> [Your assignment] Begin with the first line of the listing and quote every line through the one containing "v7 (12,44,8)"; give only those lines.

___ Task data

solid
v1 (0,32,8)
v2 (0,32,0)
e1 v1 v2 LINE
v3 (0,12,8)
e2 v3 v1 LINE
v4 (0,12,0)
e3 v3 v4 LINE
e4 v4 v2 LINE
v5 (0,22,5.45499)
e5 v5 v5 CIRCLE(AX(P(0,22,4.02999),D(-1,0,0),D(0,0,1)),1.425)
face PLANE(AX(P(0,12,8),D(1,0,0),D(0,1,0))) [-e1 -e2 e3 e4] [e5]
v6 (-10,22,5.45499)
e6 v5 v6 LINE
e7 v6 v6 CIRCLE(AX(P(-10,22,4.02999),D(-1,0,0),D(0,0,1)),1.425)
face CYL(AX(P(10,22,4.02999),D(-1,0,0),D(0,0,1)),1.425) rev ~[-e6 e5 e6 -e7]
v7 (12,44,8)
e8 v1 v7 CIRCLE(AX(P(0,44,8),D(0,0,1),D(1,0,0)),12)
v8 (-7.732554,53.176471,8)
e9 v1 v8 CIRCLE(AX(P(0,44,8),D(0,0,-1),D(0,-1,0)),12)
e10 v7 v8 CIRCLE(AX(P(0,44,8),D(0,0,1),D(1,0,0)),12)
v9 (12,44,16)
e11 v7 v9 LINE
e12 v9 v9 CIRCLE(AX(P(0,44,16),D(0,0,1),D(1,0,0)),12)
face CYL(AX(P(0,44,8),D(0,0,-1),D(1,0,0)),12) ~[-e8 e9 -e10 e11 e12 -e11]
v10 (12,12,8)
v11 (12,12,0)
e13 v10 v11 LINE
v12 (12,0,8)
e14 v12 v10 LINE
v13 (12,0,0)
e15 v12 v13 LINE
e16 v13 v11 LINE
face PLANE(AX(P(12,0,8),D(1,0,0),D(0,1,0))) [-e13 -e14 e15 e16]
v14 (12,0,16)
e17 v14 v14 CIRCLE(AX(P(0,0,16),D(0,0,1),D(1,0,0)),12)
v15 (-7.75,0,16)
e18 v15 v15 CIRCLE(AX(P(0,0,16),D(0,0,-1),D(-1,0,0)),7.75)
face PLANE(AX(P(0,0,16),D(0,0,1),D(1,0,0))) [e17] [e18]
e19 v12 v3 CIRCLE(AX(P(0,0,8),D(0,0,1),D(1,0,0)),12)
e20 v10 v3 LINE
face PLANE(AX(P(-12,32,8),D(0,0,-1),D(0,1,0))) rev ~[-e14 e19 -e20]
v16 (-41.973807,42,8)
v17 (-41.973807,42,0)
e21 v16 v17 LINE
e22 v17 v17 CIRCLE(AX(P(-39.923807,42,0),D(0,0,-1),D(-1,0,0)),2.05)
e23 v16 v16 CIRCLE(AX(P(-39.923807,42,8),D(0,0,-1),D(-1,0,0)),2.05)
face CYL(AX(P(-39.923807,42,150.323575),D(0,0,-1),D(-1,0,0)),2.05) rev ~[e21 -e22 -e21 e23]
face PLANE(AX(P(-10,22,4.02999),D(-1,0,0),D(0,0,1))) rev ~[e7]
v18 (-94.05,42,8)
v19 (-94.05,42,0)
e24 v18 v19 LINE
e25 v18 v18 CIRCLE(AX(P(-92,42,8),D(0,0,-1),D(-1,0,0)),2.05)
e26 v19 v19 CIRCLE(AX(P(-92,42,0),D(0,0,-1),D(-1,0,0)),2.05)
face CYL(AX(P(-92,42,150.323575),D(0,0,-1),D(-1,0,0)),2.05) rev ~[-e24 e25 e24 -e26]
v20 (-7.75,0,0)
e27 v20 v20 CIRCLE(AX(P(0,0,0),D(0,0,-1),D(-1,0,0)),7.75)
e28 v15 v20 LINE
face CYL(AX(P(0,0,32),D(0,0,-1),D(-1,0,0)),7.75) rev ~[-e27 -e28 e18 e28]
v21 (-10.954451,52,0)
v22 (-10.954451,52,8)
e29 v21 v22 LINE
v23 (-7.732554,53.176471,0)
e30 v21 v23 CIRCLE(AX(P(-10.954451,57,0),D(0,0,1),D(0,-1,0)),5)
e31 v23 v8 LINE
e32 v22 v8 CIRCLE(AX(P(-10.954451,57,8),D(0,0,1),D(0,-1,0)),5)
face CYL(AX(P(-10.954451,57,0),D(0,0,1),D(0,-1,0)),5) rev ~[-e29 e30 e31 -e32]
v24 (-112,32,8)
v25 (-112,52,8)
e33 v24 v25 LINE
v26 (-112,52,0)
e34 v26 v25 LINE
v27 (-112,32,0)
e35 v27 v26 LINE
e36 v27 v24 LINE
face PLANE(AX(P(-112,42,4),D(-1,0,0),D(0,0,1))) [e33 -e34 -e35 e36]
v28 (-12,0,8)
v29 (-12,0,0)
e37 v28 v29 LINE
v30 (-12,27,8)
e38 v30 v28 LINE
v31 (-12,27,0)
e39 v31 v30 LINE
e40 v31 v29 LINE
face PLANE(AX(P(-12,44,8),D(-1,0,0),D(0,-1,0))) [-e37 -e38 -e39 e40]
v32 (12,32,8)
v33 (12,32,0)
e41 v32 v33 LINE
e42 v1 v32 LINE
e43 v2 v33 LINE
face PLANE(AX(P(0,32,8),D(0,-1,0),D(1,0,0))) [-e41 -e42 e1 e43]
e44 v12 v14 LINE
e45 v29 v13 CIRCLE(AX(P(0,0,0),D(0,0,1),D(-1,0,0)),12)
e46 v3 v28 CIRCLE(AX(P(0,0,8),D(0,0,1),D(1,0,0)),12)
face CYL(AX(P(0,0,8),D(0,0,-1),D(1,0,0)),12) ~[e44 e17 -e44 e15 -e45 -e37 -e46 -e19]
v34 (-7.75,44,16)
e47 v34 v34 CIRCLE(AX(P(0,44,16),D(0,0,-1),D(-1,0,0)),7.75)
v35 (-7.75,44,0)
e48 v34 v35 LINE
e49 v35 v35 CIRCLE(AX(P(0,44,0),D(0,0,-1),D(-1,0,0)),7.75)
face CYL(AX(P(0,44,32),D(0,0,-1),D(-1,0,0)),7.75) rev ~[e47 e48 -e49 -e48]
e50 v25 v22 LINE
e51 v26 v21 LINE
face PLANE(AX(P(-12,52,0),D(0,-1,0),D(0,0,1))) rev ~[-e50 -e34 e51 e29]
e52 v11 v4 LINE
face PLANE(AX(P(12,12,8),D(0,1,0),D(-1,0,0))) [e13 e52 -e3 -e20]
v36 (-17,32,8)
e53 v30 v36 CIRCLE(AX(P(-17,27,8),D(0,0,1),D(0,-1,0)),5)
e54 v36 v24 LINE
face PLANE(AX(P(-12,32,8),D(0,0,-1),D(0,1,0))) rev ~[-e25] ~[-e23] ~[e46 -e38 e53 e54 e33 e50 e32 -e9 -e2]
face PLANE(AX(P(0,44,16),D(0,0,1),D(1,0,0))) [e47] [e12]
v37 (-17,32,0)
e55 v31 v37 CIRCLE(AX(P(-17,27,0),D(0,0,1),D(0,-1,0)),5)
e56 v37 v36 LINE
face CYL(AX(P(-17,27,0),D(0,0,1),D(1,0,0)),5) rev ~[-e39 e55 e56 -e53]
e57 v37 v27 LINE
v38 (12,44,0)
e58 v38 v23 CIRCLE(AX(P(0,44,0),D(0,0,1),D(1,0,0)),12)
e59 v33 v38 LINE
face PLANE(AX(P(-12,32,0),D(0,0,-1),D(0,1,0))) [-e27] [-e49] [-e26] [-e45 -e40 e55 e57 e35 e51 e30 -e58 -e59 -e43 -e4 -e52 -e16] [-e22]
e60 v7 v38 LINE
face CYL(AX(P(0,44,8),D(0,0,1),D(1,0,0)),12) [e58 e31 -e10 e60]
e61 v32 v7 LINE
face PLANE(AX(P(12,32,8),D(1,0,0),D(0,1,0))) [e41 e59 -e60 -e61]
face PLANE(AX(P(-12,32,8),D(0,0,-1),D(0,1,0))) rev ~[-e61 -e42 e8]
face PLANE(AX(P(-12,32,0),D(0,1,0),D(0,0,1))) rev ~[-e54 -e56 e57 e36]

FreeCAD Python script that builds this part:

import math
import FreeCAD as App
import Part
import Sketcher
Q = App.Units.Quantity


def edges_at(feature, points):
    """Names of the edges that pass closest to the given points."""
    edges = feature.Shape.Edges
    near = lambda p: min(range(len(edges)), key=lambda i: edges[i].distToShape(Part.Vertex(*p))[0])
    return sorted({f"Edge{near(p) + 1}" for p in points})

doc = App.newDocument("Part")
params = doc.addObject("Spreadsheet::Sheet", "Params")
for row, (alias, value) in enumerate([
    ("sketch1_radius", "12 mm"),
    ("sketch1_height", "44 mm"),
    ("pad1_length", "8 mm"),
    ("sketch2_width", "20 mm"),
    ("sketch2_height", "8 mm"),
    ("pad2_length", "100 mm"),
    ("pad2_length2", "5 mm"),
    ("sketch3_diameter", "24 mm"),
    ("pad3_length", "8 mm"),
    ("sketch4_diameter", "24 mm"),
    ("pad4_length", "8 mm"),
    ("sketch5_diameter", "4.1 mm"),
    ("hole_diameter", "4.1 mm"),
    ("sketch6_diameter", "15.5 mm"),
    ("hole2_diameter", "15.5 mm"),
    ("hole2_depth", "16 mm"),
    ("sketch7_diameter", "2.85 mm"),
    ("hole3_diameter", "2.85 mm"),
    ("hole3_depth", "10 mm"),
    ("fillet_radius", "5 mm"),
], start=1):
    params.set(f"A{row}", alias)
    params.set(f"B{row}", "=" + value)
    params.setAlias(f"B{row}", alias)

body = doc.addObject("PartDesign::Body", "Body")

______

> [Exercise solution]
solid
v1 (0,32,8)
v2 (0,32,0)
e1 v1 v2 LINE
v3 (0,12,8)
e2 v3 v1 LINE
v4 (0,12,0)
e3 v3 v4 LINE
e4 v4 v2 LINE
v5 (0,22,5.45499)
e5 v5 v5 CIRCLE(AX(P(0,22,4.02999),D(-1,0,0),D(0,0,1)),1.425)
face PLANE(AX(P(0,12,8),D(1,0,0),D(0,1,0))) [-e1 -e2 e3 e4] [e5]
v6 (-10,22,5.45499)
e6 v5 v6 LINE
e7 v6 v6 CIRCLE(AX(P(-10,22,4.02999),D(-1,0,0),D(0,0,1)),1.425)
face CYL(AX(P(10,22,4.02999),D(-1,0,0),D(0,0,1)),1.425) rev ~[-e6 e5 e6 -e7]
v7 (12,44,8)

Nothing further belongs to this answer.